В трактате „К эллинам на основании общих понятий“св. Григорий Нисский прежде всего раскрывает ту мысль, что если бы именование „Бог“служило для обозначения Лиц, то, именуя три Лица, по необходимости именовали бы трех Богов; но если имя Бог означает сущность, то, исповедуя единую сущность Св. Троицы, славим единого Бога, потому что слово „Бог“есть единое имя единой сущности. Поэтому, если мы именует Бога Отца и Бога Сына и Бога Духа Святаго, то союз и относится к именам Лиц — Отца, Сына и Св. Духа, имя же Бог отрешенно и одинаково произносится о каждом Лице без союза и, так что нельзя сказать: Бог и Бог и Бог. Так как сущность не делится в каждом Лице, чтобы, подобно лицам, было и три сущности, то ясно, что не будет делиться и имя Бог, чтобы ему быть тремя Богами.

Ho как сущность — Отец, сущность — Сын, сущность — Дух Святый, но не три сущности, так и Бог — Отец, Бог — Сын и Бог — Дух Святый, а не три Бога. Отличительное свойство вечной сущности, общее Отцу, Сыну и Св. Духу, — над всем назирать, все видеть и знать, даже сокровенное; отсюда заимствованное имя „Бог“обозначает эту сущность. Так как такая сущность одна и одно обозначающее ее имя, то един и Бог. Затем Григорий Нисский раскрывает прежнюю мысль о неточности обычного словоупотребления, по которому Петра, Павла и Варнаву называют тремя человеками, тогда как имя „человек“обозначает сущность, а не лицо. Но здесь он присоединяет и объяснение такого словоупотребления, заключающееся в том, что человек не всегда усматривается в одних и тех же лицах: прежние умирают, на место их являются новые, а нередко еще прежние остаются, когда рождаются новые, так что и лица и количество их всегда различны.
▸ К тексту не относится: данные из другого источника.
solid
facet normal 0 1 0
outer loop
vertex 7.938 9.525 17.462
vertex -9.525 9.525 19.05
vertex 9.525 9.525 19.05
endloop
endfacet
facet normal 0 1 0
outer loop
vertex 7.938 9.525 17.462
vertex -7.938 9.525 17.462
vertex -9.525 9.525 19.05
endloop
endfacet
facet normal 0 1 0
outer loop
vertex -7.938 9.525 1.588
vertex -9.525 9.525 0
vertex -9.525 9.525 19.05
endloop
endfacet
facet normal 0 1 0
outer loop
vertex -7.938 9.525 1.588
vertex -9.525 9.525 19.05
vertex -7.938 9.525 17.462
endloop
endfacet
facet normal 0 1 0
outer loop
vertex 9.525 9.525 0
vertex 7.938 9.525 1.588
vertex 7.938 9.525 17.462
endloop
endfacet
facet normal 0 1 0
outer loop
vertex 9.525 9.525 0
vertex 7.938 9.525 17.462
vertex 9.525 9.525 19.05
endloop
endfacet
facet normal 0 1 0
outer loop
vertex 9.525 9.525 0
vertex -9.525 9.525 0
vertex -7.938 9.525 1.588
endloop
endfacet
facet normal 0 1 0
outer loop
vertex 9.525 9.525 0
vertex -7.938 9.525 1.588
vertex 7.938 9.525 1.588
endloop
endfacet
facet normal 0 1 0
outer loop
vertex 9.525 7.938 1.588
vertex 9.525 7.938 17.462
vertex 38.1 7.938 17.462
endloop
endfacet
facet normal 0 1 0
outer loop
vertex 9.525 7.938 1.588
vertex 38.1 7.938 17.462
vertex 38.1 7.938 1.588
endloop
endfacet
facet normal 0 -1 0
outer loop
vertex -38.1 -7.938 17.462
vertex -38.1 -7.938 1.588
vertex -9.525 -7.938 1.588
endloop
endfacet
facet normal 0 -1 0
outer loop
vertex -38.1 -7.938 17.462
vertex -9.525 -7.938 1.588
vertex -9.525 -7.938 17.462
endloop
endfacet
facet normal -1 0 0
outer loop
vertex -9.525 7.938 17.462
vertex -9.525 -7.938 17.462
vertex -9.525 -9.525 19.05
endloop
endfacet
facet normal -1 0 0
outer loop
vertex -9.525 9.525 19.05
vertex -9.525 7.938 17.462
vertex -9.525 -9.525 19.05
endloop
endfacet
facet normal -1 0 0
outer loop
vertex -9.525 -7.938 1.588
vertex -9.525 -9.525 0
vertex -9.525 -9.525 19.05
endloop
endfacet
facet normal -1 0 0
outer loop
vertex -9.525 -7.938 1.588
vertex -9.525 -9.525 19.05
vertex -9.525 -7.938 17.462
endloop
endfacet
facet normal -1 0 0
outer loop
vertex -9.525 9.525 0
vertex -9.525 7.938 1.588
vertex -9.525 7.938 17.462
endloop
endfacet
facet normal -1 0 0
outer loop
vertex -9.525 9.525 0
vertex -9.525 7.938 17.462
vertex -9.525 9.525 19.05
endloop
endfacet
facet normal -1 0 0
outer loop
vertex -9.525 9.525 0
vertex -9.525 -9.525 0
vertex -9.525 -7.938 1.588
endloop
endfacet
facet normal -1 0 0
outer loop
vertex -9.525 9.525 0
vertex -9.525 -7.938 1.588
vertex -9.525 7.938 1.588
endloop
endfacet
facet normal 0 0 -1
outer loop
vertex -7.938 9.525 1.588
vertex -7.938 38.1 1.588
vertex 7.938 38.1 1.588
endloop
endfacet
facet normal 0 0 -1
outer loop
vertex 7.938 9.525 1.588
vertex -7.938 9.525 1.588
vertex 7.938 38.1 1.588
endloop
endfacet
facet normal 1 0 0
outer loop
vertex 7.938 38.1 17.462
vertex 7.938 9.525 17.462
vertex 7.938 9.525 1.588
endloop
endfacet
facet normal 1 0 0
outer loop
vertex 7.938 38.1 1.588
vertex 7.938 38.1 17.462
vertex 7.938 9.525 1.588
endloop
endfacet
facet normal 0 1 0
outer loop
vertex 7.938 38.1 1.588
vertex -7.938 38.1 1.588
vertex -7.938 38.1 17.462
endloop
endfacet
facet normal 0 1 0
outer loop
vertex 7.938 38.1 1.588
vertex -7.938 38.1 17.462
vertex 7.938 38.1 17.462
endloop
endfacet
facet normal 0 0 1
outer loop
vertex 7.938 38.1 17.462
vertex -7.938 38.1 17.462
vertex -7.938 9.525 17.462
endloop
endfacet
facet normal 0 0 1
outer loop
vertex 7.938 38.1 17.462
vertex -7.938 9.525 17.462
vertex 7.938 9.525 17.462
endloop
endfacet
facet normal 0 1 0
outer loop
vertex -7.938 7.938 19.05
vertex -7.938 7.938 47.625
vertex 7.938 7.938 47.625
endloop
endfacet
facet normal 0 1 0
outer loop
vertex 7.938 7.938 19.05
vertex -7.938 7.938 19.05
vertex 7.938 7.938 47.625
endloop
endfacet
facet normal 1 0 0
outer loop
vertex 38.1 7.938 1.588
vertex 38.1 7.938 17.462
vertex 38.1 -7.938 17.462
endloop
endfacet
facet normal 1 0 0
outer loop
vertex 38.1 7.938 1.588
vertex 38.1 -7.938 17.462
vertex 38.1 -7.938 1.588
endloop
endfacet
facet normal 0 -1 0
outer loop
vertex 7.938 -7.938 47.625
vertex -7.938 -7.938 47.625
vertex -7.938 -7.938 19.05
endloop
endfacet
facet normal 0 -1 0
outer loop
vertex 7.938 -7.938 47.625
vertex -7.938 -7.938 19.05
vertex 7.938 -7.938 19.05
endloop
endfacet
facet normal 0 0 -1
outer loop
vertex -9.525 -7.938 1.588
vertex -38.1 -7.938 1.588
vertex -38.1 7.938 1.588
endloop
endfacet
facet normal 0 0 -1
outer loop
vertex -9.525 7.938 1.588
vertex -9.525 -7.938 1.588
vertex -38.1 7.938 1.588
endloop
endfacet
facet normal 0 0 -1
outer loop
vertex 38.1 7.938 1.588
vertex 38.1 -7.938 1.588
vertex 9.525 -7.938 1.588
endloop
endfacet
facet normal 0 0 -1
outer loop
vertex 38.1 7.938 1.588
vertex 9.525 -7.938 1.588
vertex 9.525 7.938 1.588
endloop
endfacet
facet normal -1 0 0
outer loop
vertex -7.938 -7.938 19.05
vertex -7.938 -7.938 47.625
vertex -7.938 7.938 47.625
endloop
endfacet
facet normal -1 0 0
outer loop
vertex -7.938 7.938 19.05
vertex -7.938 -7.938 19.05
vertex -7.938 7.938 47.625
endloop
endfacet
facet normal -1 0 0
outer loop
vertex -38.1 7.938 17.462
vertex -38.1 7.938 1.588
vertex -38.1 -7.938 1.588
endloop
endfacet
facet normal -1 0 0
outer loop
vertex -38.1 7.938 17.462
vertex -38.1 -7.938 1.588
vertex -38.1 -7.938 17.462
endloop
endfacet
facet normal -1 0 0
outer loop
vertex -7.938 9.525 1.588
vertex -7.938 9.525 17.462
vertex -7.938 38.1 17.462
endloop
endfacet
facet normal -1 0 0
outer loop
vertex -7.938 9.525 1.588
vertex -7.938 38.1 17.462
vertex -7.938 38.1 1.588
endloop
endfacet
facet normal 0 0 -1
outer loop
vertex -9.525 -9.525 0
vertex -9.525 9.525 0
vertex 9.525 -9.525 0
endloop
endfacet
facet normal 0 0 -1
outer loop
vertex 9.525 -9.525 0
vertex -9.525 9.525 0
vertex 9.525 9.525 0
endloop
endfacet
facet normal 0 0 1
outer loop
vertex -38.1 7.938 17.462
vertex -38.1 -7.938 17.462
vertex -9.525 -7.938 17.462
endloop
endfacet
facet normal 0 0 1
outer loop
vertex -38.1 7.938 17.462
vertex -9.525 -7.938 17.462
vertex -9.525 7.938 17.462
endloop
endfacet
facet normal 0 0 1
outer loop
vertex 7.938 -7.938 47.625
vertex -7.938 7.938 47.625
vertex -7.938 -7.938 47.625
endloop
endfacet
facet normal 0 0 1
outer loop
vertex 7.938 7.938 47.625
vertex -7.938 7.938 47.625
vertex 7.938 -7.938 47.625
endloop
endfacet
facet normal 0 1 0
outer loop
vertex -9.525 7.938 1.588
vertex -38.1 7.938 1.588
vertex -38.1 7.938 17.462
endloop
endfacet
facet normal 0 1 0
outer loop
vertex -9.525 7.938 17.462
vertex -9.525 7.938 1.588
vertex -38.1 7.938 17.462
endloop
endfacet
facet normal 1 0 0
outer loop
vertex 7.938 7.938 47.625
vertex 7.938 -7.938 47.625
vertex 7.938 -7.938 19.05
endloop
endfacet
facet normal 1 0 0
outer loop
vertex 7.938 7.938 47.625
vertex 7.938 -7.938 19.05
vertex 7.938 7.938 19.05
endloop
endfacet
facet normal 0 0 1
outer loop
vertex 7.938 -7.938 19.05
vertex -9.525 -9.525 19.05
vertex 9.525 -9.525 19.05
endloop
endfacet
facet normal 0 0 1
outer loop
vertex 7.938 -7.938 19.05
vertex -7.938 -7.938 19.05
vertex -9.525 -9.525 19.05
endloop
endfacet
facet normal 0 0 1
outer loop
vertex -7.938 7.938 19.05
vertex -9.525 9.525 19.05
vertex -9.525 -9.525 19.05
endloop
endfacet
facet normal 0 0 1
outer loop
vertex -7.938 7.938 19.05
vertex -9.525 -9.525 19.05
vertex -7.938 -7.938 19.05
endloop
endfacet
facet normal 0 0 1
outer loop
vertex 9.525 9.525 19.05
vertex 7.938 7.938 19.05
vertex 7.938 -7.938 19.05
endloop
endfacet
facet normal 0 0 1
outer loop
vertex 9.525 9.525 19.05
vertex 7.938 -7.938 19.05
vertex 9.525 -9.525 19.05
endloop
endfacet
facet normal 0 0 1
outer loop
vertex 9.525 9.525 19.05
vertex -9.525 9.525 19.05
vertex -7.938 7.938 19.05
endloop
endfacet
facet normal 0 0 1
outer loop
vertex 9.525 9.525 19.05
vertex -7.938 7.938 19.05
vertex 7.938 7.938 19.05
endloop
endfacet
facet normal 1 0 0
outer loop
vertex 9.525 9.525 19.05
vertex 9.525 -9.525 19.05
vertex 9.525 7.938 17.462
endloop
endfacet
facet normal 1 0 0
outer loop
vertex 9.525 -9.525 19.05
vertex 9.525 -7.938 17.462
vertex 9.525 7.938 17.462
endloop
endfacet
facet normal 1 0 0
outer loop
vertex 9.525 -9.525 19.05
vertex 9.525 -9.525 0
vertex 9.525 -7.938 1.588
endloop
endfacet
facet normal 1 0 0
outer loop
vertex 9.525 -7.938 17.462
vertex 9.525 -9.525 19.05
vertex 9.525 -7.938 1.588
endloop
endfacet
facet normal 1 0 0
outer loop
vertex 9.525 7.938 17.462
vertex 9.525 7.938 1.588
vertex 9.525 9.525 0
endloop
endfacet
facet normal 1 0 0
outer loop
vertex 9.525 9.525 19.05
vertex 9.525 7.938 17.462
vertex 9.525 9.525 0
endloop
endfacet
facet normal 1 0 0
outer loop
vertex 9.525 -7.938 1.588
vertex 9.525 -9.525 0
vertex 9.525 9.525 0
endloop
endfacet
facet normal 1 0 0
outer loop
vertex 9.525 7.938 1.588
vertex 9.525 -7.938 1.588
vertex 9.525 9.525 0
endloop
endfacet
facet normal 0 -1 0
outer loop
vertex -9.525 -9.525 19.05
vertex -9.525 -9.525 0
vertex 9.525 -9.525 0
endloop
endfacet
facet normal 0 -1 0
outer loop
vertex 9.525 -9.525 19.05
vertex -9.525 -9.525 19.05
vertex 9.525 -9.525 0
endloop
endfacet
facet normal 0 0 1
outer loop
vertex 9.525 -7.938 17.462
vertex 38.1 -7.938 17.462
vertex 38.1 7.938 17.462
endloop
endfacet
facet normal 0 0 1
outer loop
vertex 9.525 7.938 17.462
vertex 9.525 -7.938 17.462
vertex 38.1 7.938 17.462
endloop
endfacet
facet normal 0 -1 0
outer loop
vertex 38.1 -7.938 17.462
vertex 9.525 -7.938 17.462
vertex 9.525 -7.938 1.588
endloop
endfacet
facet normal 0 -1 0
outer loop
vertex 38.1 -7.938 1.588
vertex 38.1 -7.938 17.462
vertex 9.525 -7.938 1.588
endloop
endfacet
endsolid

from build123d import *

# Parameters (mm, degrees)
SKETCH1_W           = 19.05
SKETCH1_H           = 19.05
BOSS_EXTRUDE1_DEPTH = 19.05
SKETCH2_W           = 15.875
SKETCH2_H           = 15.875
BOSS_EXTRUDE2_DEPTH = 28.575
SKETCH3_W           = 15.875
SKETCH3_H           = 15.875
BOSS_EXTRUDE3_DEPTH = 28.575
SKETCH4_W           = 15.875
SKETCH4_H           = 15.875
BOSS_EXTRUDE4_DEPTH = 28.575
SKETCH5_W           = 15.875
SKETCH5_H           = 15.875
BOSS_EXTRUDE5_DEPTH = 28.575


with BuildPart() as part:
    # Sketch1 → Boss-Extrude1 (new body)
    with BuildSketch(Plane.XY):
        Rectangle(SKETCH1_W, SKETCH1_H)
    extrude(amount=BOSS_EXTRUDE1_DEPTH)

    # Sketch2 → Boss-Extrude2 (add)
    with BuildSketch(Plane(origin=(0, 9.525, 0), x_dir=(1, 0, 0), z_dir=(0, 1, 0))):
        with Locations((0, -9.525)):
            Rectangle(SKETCH2_W, SKETCH2_H)
    extrude(amount=BOSS_EXTRUDE2_DEPTH)

    # Sketch3 → Boss-Extrude3 (add)
    with BuildSketch(Plane(origin=(9.525, 0, 0), x_dir=(0, 0, -1), z_dir=(1, 0, 0))):
        with Locations((-9.525, 0)):
            Rectangle(SKETCH3_W, SKETCH3_H)
    extrude(amount=BOSS_EXTRUDE3_DEPTH)

    # Sketch4 → Boss-Extrude4 (add)
    with BuildSketch(Plane.XY.offset(19.05)):
        Rectangle(SKETCH4_W, SKETCH4_H)
    extrude(amount=BOSS_EXTRUDE4_DEPTH)

    # Sketch5 → Boss-Extrude5 (add)
    with BuildSketch(Plane.ZY.offset(9.525)):
        with Locations((9.525, 0)):
            Rectangle(SKETCH5_W, SKETCH5_H)
    extrude(amount=BOSS_EXTRUDE5_DEPTH)


solid = part.part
Но в отношении к Св. Троице никогда не бывает ничего подобного: в трех Лицах никогда не бывает никакого приращения и умаления, превращения и изменения; поэтому ни с чем не сообразно при трех Лицах именовать и трех Богов. Кроме того, человеческие лица имеют бытие не от одного и того же лица непосредственно, а от разных лиц, и, происшедши от причины, сами бывают причиною. Не то во Святой Троице, ибо одно и то же есть Лицо Отца, от Которого рождается Сын и исходит Дух Святый. Поэтому не должно говорить, что в трех Лицах Божеской сущности три Бога по самому имени Бог, — но Бог один, и один по тожеству сущности, для обозначения которой служит имя Бог.